Makery

Commoners de tous les pays, défendons-nous!

«Les Glaneuses» (1854), de Jules Adolphe Aimé Louis Breton. Ce droit d'usage sur la production agricole est l'un des plus anciens «communs». © Wikimedia Commons National Gallery of Ireland

Les communs, c’est quoi exactement? Au-delà de l’imagerie populaire des glaneurs, et face à la prédation capitaliste des modèles coopératifs et contributifs, la défense des biens communs informationnels passe par la (re)connaissance de cette forme économique collective. 

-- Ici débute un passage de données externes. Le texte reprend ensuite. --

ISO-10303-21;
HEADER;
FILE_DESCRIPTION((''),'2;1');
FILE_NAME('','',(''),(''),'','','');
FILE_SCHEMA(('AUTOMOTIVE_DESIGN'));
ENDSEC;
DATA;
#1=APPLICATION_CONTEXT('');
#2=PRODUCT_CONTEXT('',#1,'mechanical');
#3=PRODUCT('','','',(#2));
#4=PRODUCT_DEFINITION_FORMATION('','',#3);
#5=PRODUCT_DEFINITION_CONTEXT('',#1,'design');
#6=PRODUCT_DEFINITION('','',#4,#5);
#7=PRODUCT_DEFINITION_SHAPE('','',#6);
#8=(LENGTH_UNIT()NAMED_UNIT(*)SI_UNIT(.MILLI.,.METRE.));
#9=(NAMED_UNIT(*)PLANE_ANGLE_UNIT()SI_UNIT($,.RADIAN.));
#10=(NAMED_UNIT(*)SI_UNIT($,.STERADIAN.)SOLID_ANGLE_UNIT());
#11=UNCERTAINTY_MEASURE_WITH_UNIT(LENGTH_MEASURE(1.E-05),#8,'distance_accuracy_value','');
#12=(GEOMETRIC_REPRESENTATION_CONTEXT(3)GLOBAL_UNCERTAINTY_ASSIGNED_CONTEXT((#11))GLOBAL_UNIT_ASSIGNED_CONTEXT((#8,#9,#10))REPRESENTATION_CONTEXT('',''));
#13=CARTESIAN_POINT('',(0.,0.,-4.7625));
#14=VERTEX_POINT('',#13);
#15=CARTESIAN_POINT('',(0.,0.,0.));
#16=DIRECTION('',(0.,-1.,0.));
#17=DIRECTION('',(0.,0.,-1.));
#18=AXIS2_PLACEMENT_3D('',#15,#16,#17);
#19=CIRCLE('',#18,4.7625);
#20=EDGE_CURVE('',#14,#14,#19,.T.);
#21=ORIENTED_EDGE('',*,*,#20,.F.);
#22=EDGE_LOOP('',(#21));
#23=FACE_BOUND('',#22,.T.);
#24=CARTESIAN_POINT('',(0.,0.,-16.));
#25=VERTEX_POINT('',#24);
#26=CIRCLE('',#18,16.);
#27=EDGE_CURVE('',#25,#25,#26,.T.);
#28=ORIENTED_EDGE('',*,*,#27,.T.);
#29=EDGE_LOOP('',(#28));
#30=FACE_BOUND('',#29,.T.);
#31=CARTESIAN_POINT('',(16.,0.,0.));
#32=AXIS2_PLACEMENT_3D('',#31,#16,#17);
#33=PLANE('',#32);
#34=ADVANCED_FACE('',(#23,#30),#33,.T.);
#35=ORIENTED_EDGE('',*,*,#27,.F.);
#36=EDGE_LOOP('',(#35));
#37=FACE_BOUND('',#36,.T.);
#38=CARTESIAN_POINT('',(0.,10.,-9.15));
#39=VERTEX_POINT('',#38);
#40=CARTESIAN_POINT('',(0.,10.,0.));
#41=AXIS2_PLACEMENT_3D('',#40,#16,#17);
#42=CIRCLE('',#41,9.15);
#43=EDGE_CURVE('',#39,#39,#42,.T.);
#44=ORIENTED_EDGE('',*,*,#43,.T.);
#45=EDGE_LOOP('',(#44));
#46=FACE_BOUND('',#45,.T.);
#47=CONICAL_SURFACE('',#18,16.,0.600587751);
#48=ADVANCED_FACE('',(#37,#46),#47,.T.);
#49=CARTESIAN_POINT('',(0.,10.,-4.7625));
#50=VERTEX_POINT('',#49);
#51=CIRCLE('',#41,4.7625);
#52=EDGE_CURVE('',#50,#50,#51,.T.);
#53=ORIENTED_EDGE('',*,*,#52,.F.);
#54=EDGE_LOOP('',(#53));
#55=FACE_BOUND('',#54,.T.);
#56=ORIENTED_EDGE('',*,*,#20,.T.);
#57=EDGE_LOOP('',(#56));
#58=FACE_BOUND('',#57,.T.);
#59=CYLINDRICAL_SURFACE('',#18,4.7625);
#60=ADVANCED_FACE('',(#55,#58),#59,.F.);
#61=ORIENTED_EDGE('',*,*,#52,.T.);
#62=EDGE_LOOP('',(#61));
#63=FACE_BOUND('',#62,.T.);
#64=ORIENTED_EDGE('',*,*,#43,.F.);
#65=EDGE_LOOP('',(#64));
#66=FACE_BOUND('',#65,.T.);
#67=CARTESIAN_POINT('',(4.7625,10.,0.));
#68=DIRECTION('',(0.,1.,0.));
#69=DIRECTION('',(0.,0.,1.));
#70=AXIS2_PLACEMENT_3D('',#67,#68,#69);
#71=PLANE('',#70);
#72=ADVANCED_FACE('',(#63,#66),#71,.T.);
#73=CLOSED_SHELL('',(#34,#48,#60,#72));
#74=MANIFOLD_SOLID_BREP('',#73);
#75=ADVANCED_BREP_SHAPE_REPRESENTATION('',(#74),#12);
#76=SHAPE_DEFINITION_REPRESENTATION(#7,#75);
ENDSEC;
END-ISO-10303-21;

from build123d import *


with BuildPart() as part:
    # Sketch1 → Revolve1 (revolve)
    with BuildSketch(Plane.XY):
        Polygon((4.7625, 0), (4.7625, 10), (9.15, 10), (16, 0), align=None)
    revolve(axis=Axis((0, 0, 0), (0, 1, 0)))


solid = part.part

Pour qui a grandi à la campagne, c’est dans les communaux qu’on avait le droit d’aller ramasser des branches laissées sur place par les bûcherons pour se chauffer l’hiver, faisant ainsi œuvre utile en nettoyant la forêt. Le mot «commun» rappelle aussi le tableau de Millet Des Glaneuses ou le film d’Agnès Varda, Les glaneurs et la glaneusequi, pour passéistes qu’ils puissent paraître, gardent toute leur pertinence.

Au-delà de ces « résurgences » de temps anciens, pré-modernes, où la campagne gardait les traces d’un mode d’organisation social, juridique et économique, la question des « communs » prend une actualité nouvelle avec l’émergence de revendications autour de l’eau, de l’air, des semences, du génome humain, aujourd’hui du climat et même de la nourriture, comme je le soulignais dans ma précédente chronique.

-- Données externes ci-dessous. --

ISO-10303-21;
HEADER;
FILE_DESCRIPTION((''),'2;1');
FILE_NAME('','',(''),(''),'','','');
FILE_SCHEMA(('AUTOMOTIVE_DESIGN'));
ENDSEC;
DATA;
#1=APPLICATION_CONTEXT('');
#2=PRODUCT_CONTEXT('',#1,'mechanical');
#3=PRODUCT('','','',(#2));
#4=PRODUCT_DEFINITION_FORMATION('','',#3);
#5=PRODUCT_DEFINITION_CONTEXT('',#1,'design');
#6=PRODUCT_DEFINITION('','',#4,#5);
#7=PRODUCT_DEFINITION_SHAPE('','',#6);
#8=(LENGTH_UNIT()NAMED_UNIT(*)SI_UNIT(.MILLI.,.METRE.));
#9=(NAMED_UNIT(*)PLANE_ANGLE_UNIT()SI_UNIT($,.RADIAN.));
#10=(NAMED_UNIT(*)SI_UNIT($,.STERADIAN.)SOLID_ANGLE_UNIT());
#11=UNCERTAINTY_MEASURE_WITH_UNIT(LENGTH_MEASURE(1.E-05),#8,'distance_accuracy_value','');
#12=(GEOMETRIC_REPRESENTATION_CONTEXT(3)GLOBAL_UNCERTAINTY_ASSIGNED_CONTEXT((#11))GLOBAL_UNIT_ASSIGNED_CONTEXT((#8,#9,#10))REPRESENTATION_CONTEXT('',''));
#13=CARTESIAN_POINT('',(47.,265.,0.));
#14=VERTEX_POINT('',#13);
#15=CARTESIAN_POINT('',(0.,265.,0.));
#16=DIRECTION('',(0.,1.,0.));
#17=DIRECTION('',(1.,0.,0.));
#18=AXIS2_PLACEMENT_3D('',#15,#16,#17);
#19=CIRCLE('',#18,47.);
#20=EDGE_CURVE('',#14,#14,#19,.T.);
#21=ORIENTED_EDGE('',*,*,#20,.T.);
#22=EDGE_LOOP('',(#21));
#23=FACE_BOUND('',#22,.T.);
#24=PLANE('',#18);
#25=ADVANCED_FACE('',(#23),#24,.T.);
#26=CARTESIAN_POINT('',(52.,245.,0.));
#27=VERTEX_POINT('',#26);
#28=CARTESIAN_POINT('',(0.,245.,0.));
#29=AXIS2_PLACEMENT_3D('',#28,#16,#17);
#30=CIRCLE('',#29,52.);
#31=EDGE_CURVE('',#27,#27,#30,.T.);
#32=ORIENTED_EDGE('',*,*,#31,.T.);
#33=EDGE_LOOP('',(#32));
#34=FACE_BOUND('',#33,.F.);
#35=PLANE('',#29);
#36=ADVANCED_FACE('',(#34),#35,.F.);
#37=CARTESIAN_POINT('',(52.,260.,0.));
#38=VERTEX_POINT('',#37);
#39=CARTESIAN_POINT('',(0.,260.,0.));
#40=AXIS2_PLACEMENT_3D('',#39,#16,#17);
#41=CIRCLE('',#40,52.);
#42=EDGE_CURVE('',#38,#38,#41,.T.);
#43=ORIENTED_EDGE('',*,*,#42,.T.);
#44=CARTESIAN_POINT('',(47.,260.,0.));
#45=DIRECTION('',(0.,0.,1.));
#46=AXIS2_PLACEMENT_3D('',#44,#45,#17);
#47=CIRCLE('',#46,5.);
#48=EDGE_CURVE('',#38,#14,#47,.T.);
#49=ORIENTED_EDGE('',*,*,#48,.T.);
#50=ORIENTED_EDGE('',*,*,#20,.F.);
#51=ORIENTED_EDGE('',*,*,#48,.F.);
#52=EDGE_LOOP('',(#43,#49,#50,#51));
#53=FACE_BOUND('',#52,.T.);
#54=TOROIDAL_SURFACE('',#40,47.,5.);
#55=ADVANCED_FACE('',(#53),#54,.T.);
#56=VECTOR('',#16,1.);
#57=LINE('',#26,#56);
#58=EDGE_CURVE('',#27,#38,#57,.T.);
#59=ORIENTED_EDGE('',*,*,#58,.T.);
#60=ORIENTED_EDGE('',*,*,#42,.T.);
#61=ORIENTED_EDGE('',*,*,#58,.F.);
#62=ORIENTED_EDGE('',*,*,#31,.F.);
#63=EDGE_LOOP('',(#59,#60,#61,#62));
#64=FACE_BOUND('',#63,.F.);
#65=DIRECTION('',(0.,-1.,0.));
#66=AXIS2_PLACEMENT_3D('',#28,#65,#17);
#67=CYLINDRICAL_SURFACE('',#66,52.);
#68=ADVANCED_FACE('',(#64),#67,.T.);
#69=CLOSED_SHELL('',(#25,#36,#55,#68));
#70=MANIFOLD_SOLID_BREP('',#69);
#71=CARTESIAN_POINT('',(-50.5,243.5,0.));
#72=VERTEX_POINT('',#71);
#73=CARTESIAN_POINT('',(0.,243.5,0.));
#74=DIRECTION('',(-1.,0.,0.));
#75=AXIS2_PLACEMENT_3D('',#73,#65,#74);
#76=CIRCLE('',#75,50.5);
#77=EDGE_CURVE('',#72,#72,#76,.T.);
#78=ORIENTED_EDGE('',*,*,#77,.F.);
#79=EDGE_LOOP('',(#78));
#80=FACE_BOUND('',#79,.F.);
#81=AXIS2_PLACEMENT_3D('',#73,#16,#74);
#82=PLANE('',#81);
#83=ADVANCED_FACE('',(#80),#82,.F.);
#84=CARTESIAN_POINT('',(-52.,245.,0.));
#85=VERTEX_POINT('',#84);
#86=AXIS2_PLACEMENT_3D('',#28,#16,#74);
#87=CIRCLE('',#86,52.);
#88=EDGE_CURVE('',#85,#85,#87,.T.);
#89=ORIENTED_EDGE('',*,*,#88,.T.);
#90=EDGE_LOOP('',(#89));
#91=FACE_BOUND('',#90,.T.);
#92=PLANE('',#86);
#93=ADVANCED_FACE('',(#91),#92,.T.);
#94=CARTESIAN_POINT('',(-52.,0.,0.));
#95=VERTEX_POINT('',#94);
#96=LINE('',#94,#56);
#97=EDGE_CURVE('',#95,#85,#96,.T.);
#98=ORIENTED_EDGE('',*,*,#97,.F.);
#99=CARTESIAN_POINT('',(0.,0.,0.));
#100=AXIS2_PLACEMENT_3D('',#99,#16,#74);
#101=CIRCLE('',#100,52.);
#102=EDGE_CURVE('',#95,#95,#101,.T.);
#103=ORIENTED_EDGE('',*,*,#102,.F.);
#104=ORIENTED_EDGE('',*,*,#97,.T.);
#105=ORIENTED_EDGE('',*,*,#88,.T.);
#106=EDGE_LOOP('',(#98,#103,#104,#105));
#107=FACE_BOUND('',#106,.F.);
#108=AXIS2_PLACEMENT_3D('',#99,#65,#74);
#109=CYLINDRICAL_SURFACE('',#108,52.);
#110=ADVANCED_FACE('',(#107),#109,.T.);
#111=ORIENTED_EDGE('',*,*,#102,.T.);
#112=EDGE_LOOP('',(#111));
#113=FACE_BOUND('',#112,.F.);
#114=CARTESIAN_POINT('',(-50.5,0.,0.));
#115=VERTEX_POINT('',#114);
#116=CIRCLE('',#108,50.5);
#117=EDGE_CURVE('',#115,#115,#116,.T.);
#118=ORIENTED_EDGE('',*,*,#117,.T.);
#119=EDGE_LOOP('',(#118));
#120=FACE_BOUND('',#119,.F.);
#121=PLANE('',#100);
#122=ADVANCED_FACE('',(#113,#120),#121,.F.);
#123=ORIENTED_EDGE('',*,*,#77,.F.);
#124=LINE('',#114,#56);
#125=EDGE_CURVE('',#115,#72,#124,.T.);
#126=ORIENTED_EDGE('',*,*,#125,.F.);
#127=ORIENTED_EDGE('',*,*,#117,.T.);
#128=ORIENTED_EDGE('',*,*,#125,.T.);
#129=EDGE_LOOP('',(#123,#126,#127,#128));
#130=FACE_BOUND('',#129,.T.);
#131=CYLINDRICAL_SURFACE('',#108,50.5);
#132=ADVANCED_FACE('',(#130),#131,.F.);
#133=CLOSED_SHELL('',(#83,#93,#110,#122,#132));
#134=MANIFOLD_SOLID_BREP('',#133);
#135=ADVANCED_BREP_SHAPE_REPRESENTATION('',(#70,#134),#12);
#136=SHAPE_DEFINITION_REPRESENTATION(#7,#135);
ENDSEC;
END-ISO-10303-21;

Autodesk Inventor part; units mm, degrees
ref_plane "YZ Plane" through (0, 0, 0) normal (1, 0, 0) x (0, 1, 0)
ref_plane "XZ Plane" through (0, 0, 0) normal (0, 1, 0) x (-1, 0, 0)
ref_plane "XY Plane" through (0, 0, 0) normal (0, 0, 1) x (1, 0, 0)
sketch "Sketch1" plane through (0, 0, 0) normal (0, 1, 0) x (-1, 0, 0)
  circle A0 centre (0, 0) radius 52
  dimension "d0" = 104
extrude "Extrusion1" add sketch "Sketch1" along normal blind 245
shell "Shell1" thickness 1.5 removed faces 1 at (-18.5271, 0, 25.061)
sketch "Sketch2" plane through (0, 245, 0) normal (0, 1, 0) x (1, 0, 0)
  circle A0 centre (0, 0) radius 52 projected
  circle A1 centre (0, 0) radius 52
extrude "Extrusion2" add sketch "Sketch2" along normal blind 20 separate body
fillet "Fillet1" radius 5 1 edges at (-52, 265, 0)
properties part number "Jar" material "Polycarbonate, Clear"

L’exemple emblématique de cette revendication est naturellement celle de la re-municipalisation des régies d’eau comme celle de Naples qui est désormais non seulement gérée par le public, mais surtout où celui-ci participe à la gouvernance de la gestion comme du contrôle de l’usage. Plus près de nous, on peut citer le geste politique fort et volontariste de communes de plus en plus nombreuses, comme Besançon, qui ont décidé de rendre les premiers mètres cubes d’eau gratuits.

Ramassage de code

En parallèle aux communs fonciers ou aux ressources naturelles considérées comme des biens communs se développe la notion de « biens communs informationnels ». Il ne s’agit plus là d’un « reste » inexploitable ou trop coûteux à exploiter (des branches, des graines, des terrains mal exposés, trop abruptes), ni de ressources dont la propriété exclusive est difficile à définir. Les biens communs informationnels, les œuvres de l’esprit et notamment le code informatique sont des « biens » qui produisent de la richesse aujourd’hui. On ne ramasse pas un reste de bout de code tombé d’un ordinateur dont on ne saurait quoi faire.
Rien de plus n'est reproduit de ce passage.